F5 announced the launch of the UK and Ireland (UKI) branch of its F5 Pride Employee Inclusion Group (EIG) this week.
It also hosted the company’s first pan-EMEA F5 Pride: LGBTQ+ @ Work Symposium, highlighting best practices for diversity and inclusion, as well as mapping out plans to further bolster company-wide support for LGBTQ+ staff.
The activities follow on from F5’s recent unveiling of its new “Code Connects Us All” (CCUA) vision and ethos. CCAU is all about informing F5’s code of ethics, from inclusivity and community support to the way its product teams innovate.
Sarah Campbell, Head of Conferences and Events at Stonewall, kicked off proceedings by discussing the importance of proactive employee action, and the potential for inclusion groups to enhance diversity, acceptance and business outcomes.
“LGBTQ+ employee network groups are invaluable in so many ways. They provide peer support to individuals and help organisations get their policies and practices right. When done correctly, this kind of initiative can have a significant positive impact on both staff and the wider community,” she told an audience of F5 staff attending in person and dialling in from across EMEA.
Citing Stonewall’s extensive LGBT in Britain – Work Report, Sarah highlighted how almost one in five surveyed LGBT people have experienced negative comments in the workplace. The same proportion of LGBT ethnic minorities said that their sexual orientation overtly curtailed promotion opportunities.
Other alarming findings include the fact that one in eight transgender people had been physically attacked by a colleague or customer. Furthermore, nearly two in five bi respondents remain closeted due to perception concerns, whereas one in three identifying as non-binary feel they cannot wear attire suited to their identity.
In addition to the moral imperative for LGBTQ+ equality in the workplace, Sarah also spoke about the practical business case for doing more.
“It just makes strong business sense, whether it is attracting talent, increasing employee satisfaction, enhancing the company image or improving decision-making by integrating a greater diversity of personalities and perspectives,” she added.
According to Stonewall, the key tenets of a successful network or EIG group are to promote peer-to-peer support mechanisms, raise awareness (internally and externally) and establish a clear culture of accountability. Long-term success will require representatives for specific identities (which can include people from a range of backgrounds and orientations), engaging non-LGBTQ allies, and working with external support groups and communities.
Perry Glikman, a principal CM engineer at F5, was up next to describe how he is bringing these exact values and tactics to life in Israel.

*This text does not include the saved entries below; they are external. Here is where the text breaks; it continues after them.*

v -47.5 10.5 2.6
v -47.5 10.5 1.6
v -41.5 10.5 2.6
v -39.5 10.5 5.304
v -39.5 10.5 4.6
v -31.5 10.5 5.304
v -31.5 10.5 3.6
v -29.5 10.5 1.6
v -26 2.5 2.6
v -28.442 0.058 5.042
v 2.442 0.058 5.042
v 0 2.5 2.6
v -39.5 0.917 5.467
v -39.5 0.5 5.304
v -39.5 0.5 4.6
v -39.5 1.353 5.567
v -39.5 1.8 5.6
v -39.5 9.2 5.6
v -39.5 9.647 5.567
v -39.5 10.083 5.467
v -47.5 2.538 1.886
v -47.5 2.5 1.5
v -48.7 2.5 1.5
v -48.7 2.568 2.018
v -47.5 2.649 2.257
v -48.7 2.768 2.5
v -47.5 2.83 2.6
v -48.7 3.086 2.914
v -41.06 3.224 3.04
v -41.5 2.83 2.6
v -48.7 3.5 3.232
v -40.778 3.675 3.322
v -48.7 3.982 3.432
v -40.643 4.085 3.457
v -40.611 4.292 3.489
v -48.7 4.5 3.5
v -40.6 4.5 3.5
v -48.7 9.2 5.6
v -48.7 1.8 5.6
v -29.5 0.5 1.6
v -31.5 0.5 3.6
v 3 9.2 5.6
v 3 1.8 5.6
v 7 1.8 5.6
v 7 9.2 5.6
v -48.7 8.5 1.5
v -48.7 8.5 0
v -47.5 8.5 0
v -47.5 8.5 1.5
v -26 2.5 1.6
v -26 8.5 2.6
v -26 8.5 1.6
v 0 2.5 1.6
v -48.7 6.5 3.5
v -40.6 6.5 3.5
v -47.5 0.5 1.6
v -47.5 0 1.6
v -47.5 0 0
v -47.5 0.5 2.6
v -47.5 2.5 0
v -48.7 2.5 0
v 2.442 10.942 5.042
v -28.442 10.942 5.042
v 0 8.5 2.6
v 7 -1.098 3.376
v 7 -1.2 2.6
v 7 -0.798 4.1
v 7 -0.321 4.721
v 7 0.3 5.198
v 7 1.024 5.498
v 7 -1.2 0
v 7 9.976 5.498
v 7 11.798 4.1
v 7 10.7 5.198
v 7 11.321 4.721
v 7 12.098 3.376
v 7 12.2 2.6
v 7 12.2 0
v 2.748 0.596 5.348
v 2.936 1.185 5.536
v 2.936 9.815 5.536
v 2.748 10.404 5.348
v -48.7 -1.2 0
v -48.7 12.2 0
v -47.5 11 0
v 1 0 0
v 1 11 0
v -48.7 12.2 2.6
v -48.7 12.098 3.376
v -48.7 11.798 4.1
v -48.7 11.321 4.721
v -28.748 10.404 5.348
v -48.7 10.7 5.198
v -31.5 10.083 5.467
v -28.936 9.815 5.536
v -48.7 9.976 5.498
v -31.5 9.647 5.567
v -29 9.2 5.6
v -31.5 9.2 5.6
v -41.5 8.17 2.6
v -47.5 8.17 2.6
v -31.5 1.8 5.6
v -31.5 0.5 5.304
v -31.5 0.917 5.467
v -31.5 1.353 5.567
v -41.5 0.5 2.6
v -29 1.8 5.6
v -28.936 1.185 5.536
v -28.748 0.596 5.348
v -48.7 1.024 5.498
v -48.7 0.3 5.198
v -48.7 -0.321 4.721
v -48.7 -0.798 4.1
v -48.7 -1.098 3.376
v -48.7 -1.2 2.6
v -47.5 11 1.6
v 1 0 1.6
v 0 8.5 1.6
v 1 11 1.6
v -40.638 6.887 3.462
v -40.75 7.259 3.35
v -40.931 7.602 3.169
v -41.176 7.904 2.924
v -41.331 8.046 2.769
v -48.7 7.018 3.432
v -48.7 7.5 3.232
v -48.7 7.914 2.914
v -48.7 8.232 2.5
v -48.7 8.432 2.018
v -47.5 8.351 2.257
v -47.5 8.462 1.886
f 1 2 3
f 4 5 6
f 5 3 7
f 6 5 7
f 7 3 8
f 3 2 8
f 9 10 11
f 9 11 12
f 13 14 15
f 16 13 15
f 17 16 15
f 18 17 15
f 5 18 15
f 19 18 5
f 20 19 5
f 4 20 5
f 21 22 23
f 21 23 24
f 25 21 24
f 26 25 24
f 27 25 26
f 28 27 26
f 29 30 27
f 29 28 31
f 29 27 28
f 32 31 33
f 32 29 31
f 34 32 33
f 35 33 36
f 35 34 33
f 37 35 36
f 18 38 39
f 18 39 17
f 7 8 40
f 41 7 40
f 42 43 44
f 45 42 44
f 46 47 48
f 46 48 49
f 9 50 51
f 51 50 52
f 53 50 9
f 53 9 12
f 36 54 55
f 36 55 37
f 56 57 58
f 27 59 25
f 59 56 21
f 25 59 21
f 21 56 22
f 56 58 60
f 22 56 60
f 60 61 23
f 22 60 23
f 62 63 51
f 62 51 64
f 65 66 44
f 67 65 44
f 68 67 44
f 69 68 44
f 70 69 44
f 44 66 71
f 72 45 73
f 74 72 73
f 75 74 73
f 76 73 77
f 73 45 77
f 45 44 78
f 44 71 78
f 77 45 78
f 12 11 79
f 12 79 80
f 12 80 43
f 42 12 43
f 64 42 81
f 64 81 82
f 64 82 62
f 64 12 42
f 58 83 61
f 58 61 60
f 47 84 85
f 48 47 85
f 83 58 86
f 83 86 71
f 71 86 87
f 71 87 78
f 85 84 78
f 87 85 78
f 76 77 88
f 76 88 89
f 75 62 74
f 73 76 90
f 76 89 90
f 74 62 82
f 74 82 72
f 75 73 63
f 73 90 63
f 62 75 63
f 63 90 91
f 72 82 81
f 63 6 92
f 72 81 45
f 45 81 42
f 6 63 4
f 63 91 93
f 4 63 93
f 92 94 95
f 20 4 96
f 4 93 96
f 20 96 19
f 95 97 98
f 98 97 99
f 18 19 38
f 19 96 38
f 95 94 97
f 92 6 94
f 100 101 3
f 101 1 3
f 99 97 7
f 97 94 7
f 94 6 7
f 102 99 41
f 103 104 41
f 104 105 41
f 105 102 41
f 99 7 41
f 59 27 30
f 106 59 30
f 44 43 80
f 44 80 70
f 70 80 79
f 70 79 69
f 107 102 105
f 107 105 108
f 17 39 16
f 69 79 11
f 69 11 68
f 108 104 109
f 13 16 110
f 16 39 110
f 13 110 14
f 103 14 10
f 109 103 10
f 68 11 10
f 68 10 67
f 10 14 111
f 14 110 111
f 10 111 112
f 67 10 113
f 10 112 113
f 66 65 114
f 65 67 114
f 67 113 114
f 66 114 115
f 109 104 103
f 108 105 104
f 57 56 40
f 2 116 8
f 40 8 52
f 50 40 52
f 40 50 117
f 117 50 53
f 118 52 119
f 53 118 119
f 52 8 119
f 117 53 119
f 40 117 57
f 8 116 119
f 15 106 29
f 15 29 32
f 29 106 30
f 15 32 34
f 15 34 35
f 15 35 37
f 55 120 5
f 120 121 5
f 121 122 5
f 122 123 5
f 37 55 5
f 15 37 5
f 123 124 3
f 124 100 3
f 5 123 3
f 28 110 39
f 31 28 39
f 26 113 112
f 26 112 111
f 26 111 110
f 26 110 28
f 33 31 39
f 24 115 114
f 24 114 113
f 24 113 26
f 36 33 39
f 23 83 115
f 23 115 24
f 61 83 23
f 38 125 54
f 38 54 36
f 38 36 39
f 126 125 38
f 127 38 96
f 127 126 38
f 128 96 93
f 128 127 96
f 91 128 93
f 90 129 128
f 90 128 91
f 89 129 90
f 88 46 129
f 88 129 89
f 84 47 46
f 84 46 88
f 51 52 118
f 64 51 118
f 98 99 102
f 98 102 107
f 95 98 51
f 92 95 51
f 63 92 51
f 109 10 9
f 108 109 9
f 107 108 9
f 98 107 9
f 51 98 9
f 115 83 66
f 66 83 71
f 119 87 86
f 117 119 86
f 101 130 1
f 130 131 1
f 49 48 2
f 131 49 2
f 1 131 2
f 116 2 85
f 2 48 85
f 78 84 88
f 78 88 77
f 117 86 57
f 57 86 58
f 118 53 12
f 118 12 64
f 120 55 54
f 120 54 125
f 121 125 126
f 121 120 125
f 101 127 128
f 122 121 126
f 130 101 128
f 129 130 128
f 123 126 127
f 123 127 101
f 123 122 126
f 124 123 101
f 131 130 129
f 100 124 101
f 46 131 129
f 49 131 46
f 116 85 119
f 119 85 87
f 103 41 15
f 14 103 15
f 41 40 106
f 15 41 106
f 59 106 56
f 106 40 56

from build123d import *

# Parameters (mm, degrees)
F0_W          = 55.7
F0_H          = 13.4
F1_DEPTH      = 1.6
F2_W          = 55.7
F2_H          = 13.4
F2_W_2        = 26
F2_H_2        = 6
F3_DEPTH      = 4
F4_W          = 8
F4_H          = 10
F5_DEPTH      = 3
F6_T1_DEPTH   = 70.7
F7_W          = 6
F7_H          = 3.5
F8_DEPTH      = 10
F9_R          = 2
F10_T4_DEPTH  = 21.4300979278
F10_T10_DEPTH = 41.4300979278
F10_T16_DEPTH = 41.4300979278
F10_T22_DEPTH = 21.4300979278
F11_C1_SIZE   = 2
F11_C2_SIZE   = 2


# Not quite as in the source:
# - a fillet or chamfer that OpenCascade refuses, or shapes differently, is made with other operations: its cross-section is extruded or revolved along the edge and cut away or added


with BuildPart() as f1:
    # F0 (on Top) → F1 (new body)
    with BuildSketch(Plane.XY):
        with Locations((-20.85, 5.5)):
            Rectangle(F0_W, F0_H)
        Polygon((1, 0), (0, 0), (-47.5, 0), (-47.5, 11), (0, 11), (1, 11), align=None, mode=Mode.SUBTRACT)
    extrude(amount=F1_DEPTH)

    # F2 (on face) → F3 (join)
    with BuildSketch(Plane.XY.offset(1.6)):
        with Locations((-20.85, 5.5)):
            Rectangle(F2_W, F2_H)
        Polygon((-47.5, 0.5), (-47.5, 10.5), (-47.5, 11), (1, 11), (1, 0), (-47.5, 0), align=None, mode=Mode.SUBTRACT)
        Polygon((-47.5, 11), (-47.5, 10.5), (-31.5, 10.5), (-31.5, 0.5), (-47.5, 0.5), (-47.5, 0), (1, 0), (1, 11), align=None)
        with Locations((-13, 5.5)):
            Rectangle(F2_W_2, F2_H_2, mode=Mode.SUBTRACT)
    extrude(amount=F3_DEPTH)

    # F4 (on face) → F5 (join)
    with BuildSketch(Plane.XY.offset(5.6)):
        Polygon((-39.5, 12.2), (-48.7, 12.2), (-48.7, -1.2), (-39.5, -1.2), (-39.5, 0.5), (-47.5, 0.5), (-47.5, 10.5), (-39.5, 10.5), align=None)
        with Locations((-43.5, 5.5)):
            Rectangle(F4_W, F4_H)
    extrude(amount=-F5_DEPTH)

    # F6: fillet of radius 3 on 2 edges, made by hand

    # F6_s2 → F6_t1 (cut)
    with BuildSketch(Plane.YZ.offset(-56.2)):
        with BuildLine():
            ThreePointArc((12.2, 2.6), (11.3213203436, 4.7213203436), (9.2, 5.6))
            Line((9.2, 5.6), (12.2, 5.6))
            Line((12.2, 5.6), (12.2, 2.6))
        make_face()
        with BuildLine():
            ThreePointArc((1.8, 5.6), (-0.3213203436, 4.7213203436), (-1.2, 2.6))
            Line((-1.2, 2.6), (-1.2, 5.6))
            Line((-1.2, 5.6), (1.8, 5.6))
        make_face()
    extrude(amount=F6_T1_DEPTH, mode=Mode.SUBTRACT)

    # F7 (on face) → F8 (cut)
    with BuildSketch(Plane(origin=(-48.7, 0, 0), x_dir=(0, -1, 0), z_dir=(-1, 0, 0))):
        with Locations((-5.5, 1.75)):
            Rectangle(F7_W, F7_H)
    extrude(amount=-F8_DEPTH, mode=Mode.SUBTRACT)

    # F9
    f9_edges = [f1.edges().sort_by_distance(p)[0] for p in [
        (-44.1, 8.5, 3.5),
        (-44.1, 2.5, 3.5),
    ]]
    fillet(f9_edges, radius=F9_R)

    # F10: chamfer of 3 on 4 edges, made by hand


with BuildPart() as f10_tool2:
    # F10_s3 → F10_t4 (new body)
    with BuildSketch(Plane.XZ.offset(5.2150489639)):
        Polygon((-29, 5.6), (-26, 2.6), (-26, 5.6), align=None)
    extrude(amount=-F10_T4_DEPTH)

    split(bisect_by=Plane(origin=(0, 2.55, 2.55), x_dir=(1, 0, 0), z_dir=(0, 0.7071067812, 0.7071067812)), keep=Keep.TOP)

    split(bisect_by=Plane(origin=(0, 2.95, -2.95), x_dir=(1, 0, 0), z_dir=(0, -0.7071067812, 0.7071067812)), keep=Keep.TOP)


with BuildPart() as f1_1:
    add(f1.part)

    # F10_t1: cut F10_tool2
    add(f10_tool2.part, mode=Mode.SUBTRACT)


with BuildPart() as f10_tool8:
    # F10_s9 → F10_t10 (new body)
    with BuildSketch(Plane.YZ.offset(-33.7150489639)):
        Polygon((11.5, 5.6), (8.5, 2.6), (8.5, 5.6), align=None)
    extrude(amount=F10_T10_DEPTH)

    split(bisect_by=Plane(origin=(-11.7, 0, -11.7), x_dir=(0, 1, 0), z_dir=(0.7071067812, 0, 0.7071067812)), keep=Keep.TOP)

    split(bisect_by=Plane(origin=(-1.3, 0, 1.3), x_dir=(0, 1, 0), z_dir=(-0.7071067812, 0, 0.7071067812)), keep=Keep.TOP)


with BuildPart() as f1_2:
    add(f1_1.part)

    # F10_t7: cut F10_tool8
    add(f10_tool8.part, mode=Mode.SUBTRACT)


with BuildPart() as f10_tool14:
    # F10_s15 → F10_t16 (new body)
    with BuildSketch(Plane.YZ.offset(7.7150489639)):
        Polygon((-0.5, 5.6), (2.5, 2.6), (2.5, 5.6), align=None)
    extrude(amount=-F10_T16_DEPTH)

    split(bisect_by=Plane(origin=(-11.7, 0, -11.7), x_dir=(0, 1, 0), z_dir=(0.7071067812, 0, 0.7071067812)), keep=Keep.TOP)

    split(bisect_by=Plane(origin=(-1.3, 0, 1.3), x_dir=(0, 1, 0), z_dir=(-0.7071067812, 0, 0.7071067812)), keep=Keep.TOP)


with BuildPart() as f1_3:
    add(f1_2.part)

    # F10_t13: cut F10_tool14
    add(f10_tool14.part, mode=Mode.SUBTRACT)


with BuildPart() as f10_tool20:
    # F10_s21 → F10_t22 (new body)
    with BuildSketch(Plane.XZ.offset(-16.2150489639)):
        Polygon((3, 5.6), (0, 2.6), (0, 5.6), align=None)
    extrude(amount=F10_T22_DEPTH)

    split(bisect_by=Plane(origin=(0, 2.55, 2.55), x_dir=(1, 0, 0), z_dir=(0, 0.7071067812, 0.7071067812)), keep=Keep.TOP)

    split(bisect_by=Plane(origin=(0, 2.95, -2.95), x_dir=(1, 0, 0), z_dir=(0, -0.7071067812, 0.7071067812)), keep=Keep.TOP)


with BuildPart() as f1_4:
    add(f1_3.part)

    # F10_t19: cut F10_tool20
    add(f10_tool20.part, mode=Mode.SUBTRACT)

    # F11: chamfer of 2 on 3 edges, made by hand

    # F11_c1
    f11_c1_edges = [f1_4.edges().sort_by_distance(p)[0] for p in [
        (-31.5, 5.5, 1.6),
    ]]
    chamfer(f11_c1_edges, length=F11_C1_SIZE)

    # F11_c2
    f11_c2_edges = [f1_4.edges().sort_by_distance(p)[0] for p in [
        (-39.5, 9.3351646544, 2.6),
    ]]
    chamfer(f11_c2_edges, length=F11_C2_SIZE)


solid = f1_4.part
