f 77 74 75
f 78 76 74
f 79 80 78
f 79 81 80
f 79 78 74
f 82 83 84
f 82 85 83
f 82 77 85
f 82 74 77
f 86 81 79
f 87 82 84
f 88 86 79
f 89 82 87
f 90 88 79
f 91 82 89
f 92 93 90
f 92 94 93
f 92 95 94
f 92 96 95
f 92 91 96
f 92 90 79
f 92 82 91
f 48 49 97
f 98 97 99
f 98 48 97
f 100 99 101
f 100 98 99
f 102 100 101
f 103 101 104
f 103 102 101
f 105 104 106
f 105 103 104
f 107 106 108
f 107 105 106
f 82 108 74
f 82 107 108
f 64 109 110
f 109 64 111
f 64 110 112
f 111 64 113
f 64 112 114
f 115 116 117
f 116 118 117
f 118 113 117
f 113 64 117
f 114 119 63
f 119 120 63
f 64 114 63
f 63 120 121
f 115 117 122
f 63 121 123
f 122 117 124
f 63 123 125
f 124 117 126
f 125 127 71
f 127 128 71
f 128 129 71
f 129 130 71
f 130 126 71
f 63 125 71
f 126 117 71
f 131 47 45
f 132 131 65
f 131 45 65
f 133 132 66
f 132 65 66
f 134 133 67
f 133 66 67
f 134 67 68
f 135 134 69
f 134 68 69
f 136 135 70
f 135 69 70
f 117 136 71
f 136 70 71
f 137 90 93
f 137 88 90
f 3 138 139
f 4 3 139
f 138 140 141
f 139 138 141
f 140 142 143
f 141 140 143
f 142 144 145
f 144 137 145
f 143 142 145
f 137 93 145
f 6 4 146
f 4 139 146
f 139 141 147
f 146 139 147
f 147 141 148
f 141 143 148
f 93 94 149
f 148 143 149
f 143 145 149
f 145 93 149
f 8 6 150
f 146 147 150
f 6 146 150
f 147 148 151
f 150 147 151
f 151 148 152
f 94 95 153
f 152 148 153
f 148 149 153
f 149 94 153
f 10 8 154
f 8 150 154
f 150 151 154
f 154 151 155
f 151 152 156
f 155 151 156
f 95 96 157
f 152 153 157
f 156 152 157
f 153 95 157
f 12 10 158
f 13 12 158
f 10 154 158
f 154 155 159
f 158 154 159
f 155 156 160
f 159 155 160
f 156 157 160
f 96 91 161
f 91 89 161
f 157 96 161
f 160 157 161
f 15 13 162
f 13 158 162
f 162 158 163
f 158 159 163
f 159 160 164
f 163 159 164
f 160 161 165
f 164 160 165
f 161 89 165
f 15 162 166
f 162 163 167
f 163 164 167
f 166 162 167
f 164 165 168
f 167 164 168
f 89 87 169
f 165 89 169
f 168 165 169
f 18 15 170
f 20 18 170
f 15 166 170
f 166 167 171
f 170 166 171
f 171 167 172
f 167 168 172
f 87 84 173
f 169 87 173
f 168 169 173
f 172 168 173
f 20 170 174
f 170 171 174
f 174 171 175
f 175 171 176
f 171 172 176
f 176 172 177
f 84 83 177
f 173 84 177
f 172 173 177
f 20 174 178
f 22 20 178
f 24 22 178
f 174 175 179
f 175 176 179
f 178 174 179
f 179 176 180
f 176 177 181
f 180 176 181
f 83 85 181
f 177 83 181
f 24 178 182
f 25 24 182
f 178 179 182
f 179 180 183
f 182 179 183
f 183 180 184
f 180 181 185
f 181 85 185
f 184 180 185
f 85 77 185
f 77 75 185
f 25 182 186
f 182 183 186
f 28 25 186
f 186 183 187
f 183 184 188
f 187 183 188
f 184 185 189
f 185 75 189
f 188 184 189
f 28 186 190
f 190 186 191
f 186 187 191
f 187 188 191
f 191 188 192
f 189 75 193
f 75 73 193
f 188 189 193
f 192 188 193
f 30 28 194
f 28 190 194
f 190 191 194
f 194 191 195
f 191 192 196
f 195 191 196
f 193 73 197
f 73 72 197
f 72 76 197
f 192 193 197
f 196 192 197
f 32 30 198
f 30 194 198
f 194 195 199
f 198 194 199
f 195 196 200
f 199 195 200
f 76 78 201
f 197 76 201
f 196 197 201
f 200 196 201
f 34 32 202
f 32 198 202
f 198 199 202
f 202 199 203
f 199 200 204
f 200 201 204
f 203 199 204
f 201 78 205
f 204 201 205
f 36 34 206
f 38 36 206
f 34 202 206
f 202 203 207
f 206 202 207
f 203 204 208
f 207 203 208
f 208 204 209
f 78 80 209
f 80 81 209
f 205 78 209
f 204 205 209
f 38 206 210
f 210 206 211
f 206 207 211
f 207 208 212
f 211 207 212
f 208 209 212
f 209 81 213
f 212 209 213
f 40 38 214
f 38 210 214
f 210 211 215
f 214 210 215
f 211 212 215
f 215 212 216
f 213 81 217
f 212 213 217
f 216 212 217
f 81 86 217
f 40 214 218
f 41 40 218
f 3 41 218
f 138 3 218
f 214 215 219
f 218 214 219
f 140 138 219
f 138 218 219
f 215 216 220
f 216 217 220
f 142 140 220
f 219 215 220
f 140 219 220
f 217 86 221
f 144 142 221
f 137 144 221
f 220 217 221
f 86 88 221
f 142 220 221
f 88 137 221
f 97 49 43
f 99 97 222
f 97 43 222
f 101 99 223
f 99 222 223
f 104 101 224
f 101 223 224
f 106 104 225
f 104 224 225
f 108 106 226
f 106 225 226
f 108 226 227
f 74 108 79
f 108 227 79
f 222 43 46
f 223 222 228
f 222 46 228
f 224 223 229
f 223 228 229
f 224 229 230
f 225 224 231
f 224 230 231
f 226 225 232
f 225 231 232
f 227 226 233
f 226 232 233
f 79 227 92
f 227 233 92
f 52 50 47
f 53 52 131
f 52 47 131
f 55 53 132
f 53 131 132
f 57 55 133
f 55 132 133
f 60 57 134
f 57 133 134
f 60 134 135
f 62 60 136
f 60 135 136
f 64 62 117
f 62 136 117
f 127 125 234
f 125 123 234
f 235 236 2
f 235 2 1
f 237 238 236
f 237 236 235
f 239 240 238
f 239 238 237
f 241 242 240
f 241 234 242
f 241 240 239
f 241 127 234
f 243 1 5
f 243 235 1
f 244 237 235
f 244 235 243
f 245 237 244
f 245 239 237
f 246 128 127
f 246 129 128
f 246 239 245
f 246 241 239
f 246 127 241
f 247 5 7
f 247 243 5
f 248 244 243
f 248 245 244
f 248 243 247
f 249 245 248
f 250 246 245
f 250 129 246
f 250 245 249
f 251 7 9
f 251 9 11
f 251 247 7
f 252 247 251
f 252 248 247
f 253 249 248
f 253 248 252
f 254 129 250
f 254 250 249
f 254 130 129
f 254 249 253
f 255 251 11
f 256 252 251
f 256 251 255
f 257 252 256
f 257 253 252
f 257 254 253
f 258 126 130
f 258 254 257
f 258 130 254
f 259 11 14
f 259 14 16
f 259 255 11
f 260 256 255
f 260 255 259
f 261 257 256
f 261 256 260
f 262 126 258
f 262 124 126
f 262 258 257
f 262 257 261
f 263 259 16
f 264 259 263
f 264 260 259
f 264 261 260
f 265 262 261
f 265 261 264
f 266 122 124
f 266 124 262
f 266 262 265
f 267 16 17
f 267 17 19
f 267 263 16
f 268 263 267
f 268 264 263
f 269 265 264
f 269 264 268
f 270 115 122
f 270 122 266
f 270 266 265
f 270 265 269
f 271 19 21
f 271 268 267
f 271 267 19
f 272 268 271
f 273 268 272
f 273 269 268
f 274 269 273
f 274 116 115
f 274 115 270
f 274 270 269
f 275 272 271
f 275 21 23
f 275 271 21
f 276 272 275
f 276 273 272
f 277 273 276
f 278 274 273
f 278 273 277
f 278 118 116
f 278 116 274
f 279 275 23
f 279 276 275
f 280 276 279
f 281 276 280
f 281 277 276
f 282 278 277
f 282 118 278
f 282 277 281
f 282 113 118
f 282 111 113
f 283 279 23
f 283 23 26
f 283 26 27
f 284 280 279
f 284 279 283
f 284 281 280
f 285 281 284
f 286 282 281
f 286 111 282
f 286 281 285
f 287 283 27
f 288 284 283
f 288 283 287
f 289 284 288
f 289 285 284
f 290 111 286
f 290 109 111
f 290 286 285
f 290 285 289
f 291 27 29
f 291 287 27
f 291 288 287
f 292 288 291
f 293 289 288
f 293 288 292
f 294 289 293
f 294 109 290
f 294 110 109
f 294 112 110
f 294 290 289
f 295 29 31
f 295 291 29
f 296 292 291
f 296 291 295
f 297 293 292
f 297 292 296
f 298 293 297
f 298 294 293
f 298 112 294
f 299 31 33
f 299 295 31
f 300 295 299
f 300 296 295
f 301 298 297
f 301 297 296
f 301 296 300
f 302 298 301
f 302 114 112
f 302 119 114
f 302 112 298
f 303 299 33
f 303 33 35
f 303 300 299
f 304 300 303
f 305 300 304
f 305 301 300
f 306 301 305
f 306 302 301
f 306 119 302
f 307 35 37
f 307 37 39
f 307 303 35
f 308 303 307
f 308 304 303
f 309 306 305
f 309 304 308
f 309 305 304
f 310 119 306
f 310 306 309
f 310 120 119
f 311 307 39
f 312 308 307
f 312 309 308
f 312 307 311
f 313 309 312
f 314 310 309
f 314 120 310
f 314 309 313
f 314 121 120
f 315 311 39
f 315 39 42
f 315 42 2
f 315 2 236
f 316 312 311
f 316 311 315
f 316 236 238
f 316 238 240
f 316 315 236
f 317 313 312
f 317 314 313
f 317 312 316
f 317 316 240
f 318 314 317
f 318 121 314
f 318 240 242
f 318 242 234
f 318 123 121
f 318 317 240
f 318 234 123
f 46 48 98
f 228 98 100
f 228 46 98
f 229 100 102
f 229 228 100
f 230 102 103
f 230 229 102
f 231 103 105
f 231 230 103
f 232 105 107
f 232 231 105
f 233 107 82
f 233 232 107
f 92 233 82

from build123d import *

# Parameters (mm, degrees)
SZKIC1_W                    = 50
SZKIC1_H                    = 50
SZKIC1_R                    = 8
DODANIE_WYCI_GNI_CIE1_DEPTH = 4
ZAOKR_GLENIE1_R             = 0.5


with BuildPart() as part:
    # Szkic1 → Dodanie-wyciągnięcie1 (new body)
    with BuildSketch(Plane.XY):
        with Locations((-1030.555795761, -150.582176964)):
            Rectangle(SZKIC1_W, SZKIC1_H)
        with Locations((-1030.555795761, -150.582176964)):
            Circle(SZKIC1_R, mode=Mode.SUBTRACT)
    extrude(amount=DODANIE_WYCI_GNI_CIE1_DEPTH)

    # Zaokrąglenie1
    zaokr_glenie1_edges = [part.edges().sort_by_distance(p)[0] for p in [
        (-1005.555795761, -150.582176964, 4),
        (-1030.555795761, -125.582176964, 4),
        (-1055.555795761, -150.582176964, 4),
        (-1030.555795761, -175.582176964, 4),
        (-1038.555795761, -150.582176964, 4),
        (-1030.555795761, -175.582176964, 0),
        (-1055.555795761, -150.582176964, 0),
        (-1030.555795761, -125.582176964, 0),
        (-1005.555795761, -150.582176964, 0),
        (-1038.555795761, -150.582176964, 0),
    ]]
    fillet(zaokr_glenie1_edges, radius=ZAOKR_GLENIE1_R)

Since forming in January last year, F5 Pride in Tel Aviv has gone from strength to strength, growing in numbers and facilitating a wide range of awareness-raising, activism and community-building projects. The successes and lessons learned to date are already influencing the wider rollout of F5 Pride in EMEA.
“My vision is that everyone at F5 is comfortable expressing and celebrating who they truly are,” Perry explained.
“I urge everyone to think about their colleagues and friends. What do they need to be comfortable and happy in their own skin at work? How can you contribute to that? Please don’t hesitate to get in touch to see how you can make a difference – whatever your background and wherever you are based.”
The day concluded with the official launch of the UKI branch of F5 Pride, which will be spearheaded by NGINX’s Cork-based Scott De Buitléir and Stephen Spillane.
Both are ideally placed to make an immediate impact. Scott, who is a content marketing manager, has previously worked for seven years in LGBT media and broadcasting, and is the founder of LGBT magazine EILE. He is also a published author and poet in both English and Irish Gaelic.
Stephen, NGINX’s office manager in Cork, is also a prominent voice in the media, having written for both local and national publications on LGBT issues, as well as holding prominent positions within a variety of political and church organisations. He is a former committee member of groups such as UCC LGBT, USI LGBT and Changing Attitude Ireland.
F5’s EIG groups are specifically designed to make a difference in the workplace, playing a pivotal role in supporting both internal and external communities. Each group has full executive and company backing.
In addition to F5 Pride, F5’s EIG groups include F5 Appreciates Blackness (committed to sharing the culture and background of all people of African descent); Multicultural (committed to attracting and developing a more diverse workforce); F5 Military Veterans (striving to actively promote, recruit, and support military veterans and families via programs of recognition, assistance, and outreach), Latinx y Hispanos Unidos (growing the Latinx and Hispanic presence at F5 through support and outreach); and F5 Connects Women (uniting F5 employees around the world to support the equality and advancement of women).